Introduction: Multiple myeloma belongs to a group of diseases known as the plasma cell dyscrasias, inwhich an uncontrolled proliferation of plasma cells, which elaborates a specific immunoglobulin molecule. These single clones of cells proliferate diffusely in the bone marrow, with associated bone destruction, but can give rise to a localized mass in bone, soft tissues, or both. Multiple myeloma accounts for 1% of all malignancies, with an incidence of four cases per 100,000, and accounts for 10% of hematologic malignancies. There are two important variants of multiple myeloma: solitary bone plasmacytoma and extramedullary plasmacytoma.
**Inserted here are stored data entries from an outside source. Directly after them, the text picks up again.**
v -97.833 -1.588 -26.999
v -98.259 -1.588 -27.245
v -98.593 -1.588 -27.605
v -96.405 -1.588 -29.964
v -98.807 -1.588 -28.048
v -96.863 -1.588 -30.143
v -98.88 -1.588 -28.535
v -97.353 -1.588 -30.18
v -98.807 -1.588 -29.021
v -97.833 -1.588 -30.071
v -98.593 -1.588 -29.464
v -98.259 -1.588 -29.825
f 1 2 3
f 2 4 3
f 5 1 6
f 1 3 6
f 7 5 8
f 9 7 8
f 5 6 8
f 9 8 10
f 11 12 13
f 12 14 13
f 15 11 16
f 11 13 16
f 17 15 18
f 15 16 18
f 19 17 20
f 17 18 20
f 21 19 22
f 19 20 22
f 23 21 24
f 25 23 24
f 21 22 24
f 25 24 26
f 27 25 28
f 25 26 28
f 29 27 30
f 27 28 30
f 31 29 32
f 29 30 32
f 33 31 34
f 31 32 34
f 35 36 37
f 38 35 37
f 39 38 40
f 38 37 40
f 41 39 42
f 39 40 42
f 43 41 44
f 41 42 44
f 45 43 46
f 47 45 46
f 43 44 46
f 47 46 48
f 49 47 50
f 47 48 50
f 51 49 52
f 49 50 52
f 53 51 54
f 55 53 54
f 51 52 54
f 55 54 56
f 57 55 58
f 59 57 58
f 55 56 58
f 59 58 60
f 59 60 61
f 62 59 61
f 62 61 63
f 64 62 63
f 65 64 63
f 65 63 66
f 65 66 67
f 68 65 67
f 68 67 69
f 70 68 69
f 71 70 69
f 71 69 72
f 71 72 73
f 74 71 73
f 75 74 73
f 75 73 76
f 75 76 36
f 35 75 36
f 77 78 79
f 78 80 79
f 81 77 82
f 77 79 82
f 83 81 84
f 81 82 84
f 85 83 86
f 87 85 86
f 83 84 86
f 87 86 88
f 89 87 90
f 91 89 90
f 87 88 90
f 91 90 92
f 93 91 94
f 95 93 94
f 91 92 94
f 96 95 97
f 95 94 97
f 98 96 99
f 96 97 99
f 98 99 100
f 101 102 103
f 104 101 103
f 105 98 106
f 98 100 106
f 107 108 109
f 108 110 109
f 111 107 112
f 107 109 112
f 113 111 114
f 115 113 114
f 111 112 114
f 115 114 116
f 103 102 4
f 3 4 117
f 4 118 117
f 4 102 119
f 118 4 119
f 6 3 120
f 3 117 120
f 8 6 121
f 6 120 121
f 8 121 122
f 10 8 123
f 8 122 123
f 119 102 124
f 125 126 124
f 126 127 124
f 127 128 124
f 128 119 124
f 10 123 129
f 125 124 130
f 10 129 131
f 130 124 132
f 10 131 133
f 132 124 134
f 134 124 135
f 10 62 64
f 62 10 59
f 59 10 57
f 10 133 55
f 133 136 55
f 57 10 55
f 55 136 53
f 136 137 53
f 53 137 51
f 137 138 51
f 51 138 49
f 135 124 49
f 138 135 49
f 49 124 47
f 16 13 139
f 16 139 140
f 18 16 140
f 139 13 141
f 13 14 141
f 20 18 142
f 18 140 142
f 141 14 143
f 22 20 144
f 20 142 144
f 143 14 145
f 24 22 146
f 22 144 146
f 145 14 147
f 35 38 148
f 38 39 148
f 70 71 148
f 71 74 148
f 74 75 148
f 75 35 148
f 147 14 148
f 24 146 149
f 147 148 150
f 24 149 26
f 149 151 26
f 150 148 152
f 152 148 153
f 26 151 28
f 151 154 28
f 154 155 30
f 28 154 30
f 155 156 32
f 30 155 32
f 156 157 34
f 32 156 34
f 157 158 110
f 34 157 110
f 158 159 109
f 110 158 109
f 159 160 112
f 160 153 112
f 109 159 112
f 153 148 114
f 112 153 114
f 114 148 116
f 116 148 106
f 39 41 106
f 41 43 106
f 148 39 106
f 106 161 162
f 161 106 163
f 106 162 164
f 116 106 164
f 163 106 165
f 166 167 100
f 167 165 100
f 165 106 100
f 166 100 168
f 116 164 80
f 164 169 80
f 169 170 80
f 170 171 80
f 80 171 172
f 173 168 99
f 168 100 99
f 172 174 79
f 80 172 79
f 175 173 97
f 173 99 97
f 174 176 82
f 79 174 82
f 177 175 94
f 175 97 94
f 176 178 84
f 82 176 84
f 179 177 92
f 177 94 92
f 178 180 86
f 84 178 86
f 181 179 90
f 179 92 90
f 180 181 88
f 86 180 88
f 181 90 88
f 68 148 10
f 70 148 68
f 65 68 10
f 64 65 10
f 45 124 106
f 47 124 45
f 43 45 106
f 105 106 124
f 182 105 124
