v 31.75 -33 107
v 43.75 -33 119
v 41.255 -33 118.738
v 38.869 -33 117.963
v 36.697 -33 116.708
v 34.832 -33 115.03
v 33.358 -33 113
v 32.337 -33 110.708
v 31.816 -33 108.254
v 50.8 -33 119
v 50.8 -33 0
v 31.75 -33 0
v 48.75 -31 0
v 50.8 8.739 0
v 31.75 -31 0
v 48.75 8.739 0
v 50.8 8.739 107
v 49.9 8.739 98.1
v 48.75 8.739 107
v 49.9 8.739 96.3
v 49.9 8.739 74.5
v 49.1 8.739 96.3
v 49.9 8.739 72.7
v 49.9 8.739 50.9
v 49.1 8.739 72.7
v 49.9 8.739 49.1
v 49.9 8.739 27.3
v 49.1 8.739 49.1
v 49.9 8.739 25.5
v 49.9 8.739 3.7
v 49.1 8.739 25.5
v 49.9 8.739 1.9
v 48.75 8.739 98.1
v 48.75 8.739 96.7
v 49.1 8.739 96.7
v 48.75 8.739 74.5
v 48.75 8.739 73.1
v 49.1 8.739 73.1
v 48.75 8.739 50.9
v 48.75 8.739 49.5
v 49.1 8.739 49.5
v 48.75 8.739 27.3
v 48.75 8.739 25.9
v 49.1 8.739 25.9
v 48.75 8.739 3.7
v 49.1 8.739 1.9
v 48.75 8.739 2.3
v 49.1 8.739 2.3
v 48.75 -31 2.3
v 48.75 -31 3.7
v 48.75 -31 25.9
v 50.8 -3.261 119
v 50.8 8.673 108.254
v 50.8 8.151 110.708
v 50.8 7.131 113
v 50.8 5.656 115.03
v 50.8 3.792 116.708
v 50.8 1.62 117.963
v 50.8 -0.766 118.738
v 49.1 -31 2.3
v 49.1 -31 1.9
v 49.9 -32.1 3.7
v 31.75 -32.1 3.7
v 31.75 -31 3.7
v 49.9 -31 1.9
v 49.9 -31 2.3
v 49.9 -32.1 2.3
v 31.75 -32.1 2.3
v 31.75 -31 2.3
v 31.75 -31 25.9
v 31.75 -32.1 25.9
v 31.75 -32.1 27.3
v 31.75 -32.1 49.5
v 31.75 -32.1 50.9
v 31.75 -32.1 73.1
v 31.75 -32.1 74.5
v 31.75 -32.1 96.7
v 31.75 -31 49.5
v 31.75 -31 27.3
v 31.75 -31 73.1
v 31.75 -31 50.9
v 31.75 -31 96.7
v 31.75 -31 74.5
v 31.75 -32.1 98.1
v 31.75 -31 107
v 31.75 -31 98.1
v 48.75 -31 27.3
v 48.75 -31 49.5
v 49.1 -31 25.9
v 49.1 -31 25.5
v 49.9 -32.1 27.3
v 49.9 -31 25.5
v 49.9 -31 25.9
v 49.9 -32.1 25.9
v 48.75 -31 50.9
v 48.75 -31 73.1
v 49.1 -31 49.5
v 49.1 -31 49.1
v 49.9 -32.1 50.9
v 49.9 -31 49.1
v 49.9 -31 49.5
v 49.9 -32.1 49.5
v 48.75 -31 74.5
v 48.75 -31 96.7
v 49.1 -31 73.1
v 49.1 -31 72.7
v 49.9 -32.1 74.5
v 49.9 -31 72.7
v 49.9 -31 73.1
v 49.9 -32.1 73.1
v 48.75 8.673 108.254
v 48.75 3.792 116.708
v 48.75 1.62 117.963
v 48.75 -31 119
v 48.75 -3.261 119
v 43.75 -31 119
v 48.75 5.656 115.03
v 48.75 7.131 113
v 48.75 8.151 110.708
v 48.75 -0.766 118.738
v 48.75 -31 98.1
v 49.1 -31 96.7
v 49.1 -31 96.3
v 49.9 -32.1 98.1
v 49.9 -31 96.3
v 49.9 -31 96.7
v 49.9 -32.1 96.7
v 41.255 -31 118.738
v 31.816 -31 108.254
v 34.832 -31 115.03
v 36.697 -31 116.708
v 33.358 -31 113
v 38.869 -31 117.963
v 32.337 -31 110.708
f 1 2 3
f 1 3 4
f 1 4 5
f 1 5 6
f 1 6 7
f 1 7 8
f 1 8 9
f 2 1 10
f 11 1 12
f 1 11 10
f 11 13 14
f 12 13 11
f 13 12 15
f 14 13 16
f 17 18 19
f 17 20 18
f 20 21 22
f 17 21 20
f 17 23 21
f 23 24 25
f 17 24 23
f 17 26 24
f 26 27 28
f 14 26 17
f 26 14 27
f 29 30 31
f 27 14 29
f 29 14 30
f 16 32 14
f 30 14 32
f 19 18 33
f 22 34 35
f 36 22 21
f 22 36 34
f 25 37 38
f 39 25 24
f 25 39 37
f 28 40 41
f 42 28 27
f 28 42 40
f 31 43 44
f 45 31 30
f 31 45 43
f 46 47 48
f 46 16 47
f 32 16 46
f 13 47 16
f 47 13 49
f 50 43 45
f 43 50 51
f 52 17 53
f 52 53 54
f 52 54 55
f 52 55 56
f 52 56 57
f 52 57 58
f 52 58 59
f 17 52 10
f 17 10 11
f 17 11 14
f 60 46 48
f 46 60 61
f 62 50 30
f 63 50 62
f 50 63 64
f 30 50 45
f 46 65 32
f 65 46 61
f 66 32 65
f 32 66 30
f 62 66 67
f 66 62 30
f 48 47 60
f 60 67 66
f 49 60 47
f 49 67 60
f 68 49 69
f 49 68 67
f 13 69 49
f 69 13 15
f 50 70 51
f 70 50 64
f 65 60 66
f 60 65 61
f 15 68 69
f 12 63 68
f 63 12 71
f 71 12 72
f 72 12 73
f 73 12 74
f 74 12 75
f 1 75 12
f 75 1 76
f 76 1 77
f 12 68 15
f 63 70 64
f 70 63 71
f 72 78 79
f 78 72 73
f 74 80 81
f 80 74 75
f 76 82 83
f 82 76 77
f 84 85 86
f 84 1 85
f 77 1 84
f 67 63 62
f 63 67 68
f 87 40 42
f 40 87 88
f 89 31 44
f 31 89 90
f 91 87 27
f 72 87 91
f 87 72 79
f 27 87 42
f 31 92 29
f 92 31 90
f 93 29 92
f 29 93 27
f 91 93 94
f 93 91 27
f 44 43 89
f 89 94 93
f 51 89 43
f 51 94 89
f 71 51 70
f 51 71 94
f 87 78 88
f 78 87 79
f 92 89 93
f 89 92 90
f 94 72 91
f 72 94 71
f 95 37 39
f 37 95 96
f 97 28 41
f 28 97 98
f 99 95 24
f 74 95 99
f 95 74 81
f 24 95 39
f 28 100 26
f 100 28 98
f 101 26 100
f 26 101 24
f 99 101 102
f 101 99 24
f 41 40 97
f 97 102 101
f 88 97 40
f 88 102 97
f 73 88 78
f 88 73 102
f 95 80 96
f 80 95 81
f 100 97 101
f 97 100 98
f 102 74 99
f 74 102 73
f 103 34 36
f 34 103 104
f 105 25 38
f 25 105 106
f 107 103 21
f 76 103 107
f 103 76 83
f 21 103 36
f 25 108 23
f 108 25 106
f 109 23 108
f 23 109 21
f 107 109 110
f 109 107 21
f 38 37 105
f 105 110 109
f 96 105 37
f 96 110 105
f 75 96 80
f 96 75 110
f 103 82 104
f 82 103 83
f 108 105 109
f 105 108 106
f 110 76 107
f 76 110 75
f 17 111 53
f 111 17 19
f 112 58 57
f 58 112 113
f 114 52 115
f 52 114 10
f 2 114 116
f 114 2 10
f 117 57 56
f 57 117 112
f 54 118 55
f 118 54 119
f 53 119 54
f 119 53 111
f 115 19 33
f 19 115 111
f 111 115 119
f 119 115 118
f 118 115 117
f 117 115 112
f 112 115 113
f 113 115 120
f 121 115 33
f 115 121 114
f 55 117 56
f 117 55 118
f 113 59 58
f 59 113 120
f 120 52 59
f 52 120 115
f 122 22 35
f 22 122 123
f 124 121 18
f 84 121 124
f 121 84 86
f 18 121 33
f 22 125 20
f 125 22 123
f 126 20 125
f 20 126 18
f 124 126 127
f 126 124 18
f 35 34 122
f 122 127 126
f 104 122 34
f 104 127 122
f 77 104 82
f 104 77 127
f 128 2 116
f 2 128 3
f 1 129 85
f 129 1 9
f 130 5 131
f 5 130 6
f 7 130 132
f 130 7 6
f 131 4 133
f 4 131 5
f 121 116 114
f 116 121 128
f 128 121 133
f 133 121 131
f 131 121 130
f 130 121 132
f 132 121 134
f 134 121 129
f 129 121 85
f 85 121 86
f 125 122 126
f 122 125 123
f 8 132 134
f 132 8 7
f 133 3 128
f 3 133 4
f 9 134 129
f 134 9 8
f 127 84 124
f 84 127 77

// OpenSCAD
tol = 0.001;

// bounding boxes of tin sections
base = [94, 59, 13.5];  // portion visible below lip
lid = [94.5, 60, 7.5];  // height includes lip
lip = [96.5, 62, 1];
tin = [lip[0], lip[1], base[2]+lid[2]];
corner = 12;  // lip is 1mm more

module tin_slab(size, corner=corner) {
    x = size[0];
    y = size[1];
    z = size[2];
    translate([0, 0, z/2]) hull() {
            cube([x, y-2*corner, z], center=true);
            cube([x-2*corner, y, z], center=true);
            for (flip=[[1, 1], [1, -1], [-1, 1], [-1, -1]])
                translate([flip[0] * (x/2-corner), flip[1] * (y/2-corner)])
                    cylinder(r=corner, h=z, center=true);
    }
}

module tin_hull() {
    tin_slab([base[0], base[1], tin[2]]);  // bottom
    translate([0, 0, base[2]]) tin_slab(lid);  // top
    translate([0, 0, base[2]]) tin_slab(lip);  // lip
}

nozzle = 0.4;
width = 4*25.4;
wing = width/2 - base[0]/2;
sweep = corner * cos(asin(1-wing/corner));
shelf = [width-2, base[1]/2 + tin[1]/2, 1.6];
rail = [1.5*nozzle, shelf[1]-corner-sweep, nozzle];
rack = [width, 2+tin[1]/2+base[1]/2-corner-sweep, tin[2] + shelf[2] + 2];

module rack_shelf() {
    // main shelf
    difference() {
        union() {
            tin_slab([base[0], base[1], 1.6]);
            // rails
            translate([-shelf[0]/2, -tin[1]/2, 0])
                cube([shelf[0], rail[1], shelf[2]]);
        }
        translate([-shelf[0]/2+rail[0], -tin[1]/2-tol, rail[2]-shelf[2]])
            cube([shelf[0]-2*rail[0], rail[1]+tol, shelf[2]]);
    }
    // wings
    difference() {
        translate([-rack[0]/2, base[1]/2-corner-sweep, 0])
            cube([rack[0], sweep, shelf[2]]);
        for (flip=[0, 1]) mirror([flip, 0])
            translate([base[0]/2+corner, base[1]/2-corner, -shelf[2]])
                cylinder(r=corner, h=3*shelf[2]);
    }
    // back support rail
    translate([-shelf[0]/2, -tin[1]/2-1, rail[2]])
        cube([shelf[0], 2, shelf[2]-rail[2]]);
}

module rack_rounder(size, rounded=true) {
    x = min(size[0], size[1]);
    y = max(size[0], size[1]);
    z = size[2];
    mirror(size[1] < size[0] ? [-1, 1, 0] : [0, 0, 0]) hull() {
        cube([x, x, z]);
        cube([x, y-corner, z]);
        cube([x, y, z-corner]);
        translate([0, y-corner, z-corner]) intersection() {
            if (rounded) rotate([0, 90, 0]) cylinder(r=corner, h=x);
            cube([x, corner, corner]);
        }
    }
}

module rack_wall(tiers=5, rounded=true, flip=false, debug=false) {
    lift = (rack[2]-1) * (tiers-1);
    if (1 < tiers) {
        rack_wall(tiers-1, rounded=false, flip=flip, debug=debug);
    }
    wall = rack[0]/2 - tin[0]/2 - 1/2;
    scale([flip ? -1 : 1, 1, 1]) {
        // side
        difference() {
            translate([-rack[0]/2, -tin[1]/2-2, lift])
                rack_rounder([wall, rack[1], rack[2]], rounded=rounded);
            translate([-rack[0]/2+0.9, -tin[1]/2-3, lift+1.9])
                cube([rail[0]+0.2, rack[1]+2, shelf[2]+0.2]);
            translate([-rack[0]/2+0.9, -tin[1]/2-3, lift+nozzle+1.9])
                cube([wall, rack[1]+2, shelf[2]-nozzle+0.2]);
        }
        // back
        difference() {
            translate([-rack[0]/2, -tin[1]/2-2, lift])
                rack_rounder([3/16*rack[0], 2, rack[2]], rounded=rounded);
            translate([-rack[0]/2+0.9, -tin[1]/2-1.1, lift+rail[2]+1.9])
                cube([rack[0]-1.8, 1.1, shelf[2]-rail[2]+0.2]);
        }
        // show in context
        if (debug) {
            %translate([0, 0, lift+2]) rack_shelf();
            %translate([0, 0, lift+3.6]) tin_hull();
        }
    }
}

$fa = 12;
$fs = 0.1;
*rack_shelf();
left = true;
rack_wall(debug=true, flip=left);
%rack_wall(flip=!left);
Solitary bone plasmacytoma (SBP) is a localized intraosseous lytic lesion without marrow plasmacytosis. Extramedullary plasmacytoma is a plasma-cell tumor manifesting outside the bone marrow without evidence of systemic disease. Extramedullary plasmacytoma and solitary bone plasmacytoma have a better prognosis, and the patients are at least 10 years younger than those with multiple myeloma. Most authors think that SBP, extramedullary plasmacytoma, and multiple myeloma are different manifestations of the same disease. Progression of SBP and extramedullary plasmacytoma to multiple myeloma is the most important feature affecting the prognosis. The disseminated form, multiple myeloma, is by far the most frequent and has the worst prognosis of the three types.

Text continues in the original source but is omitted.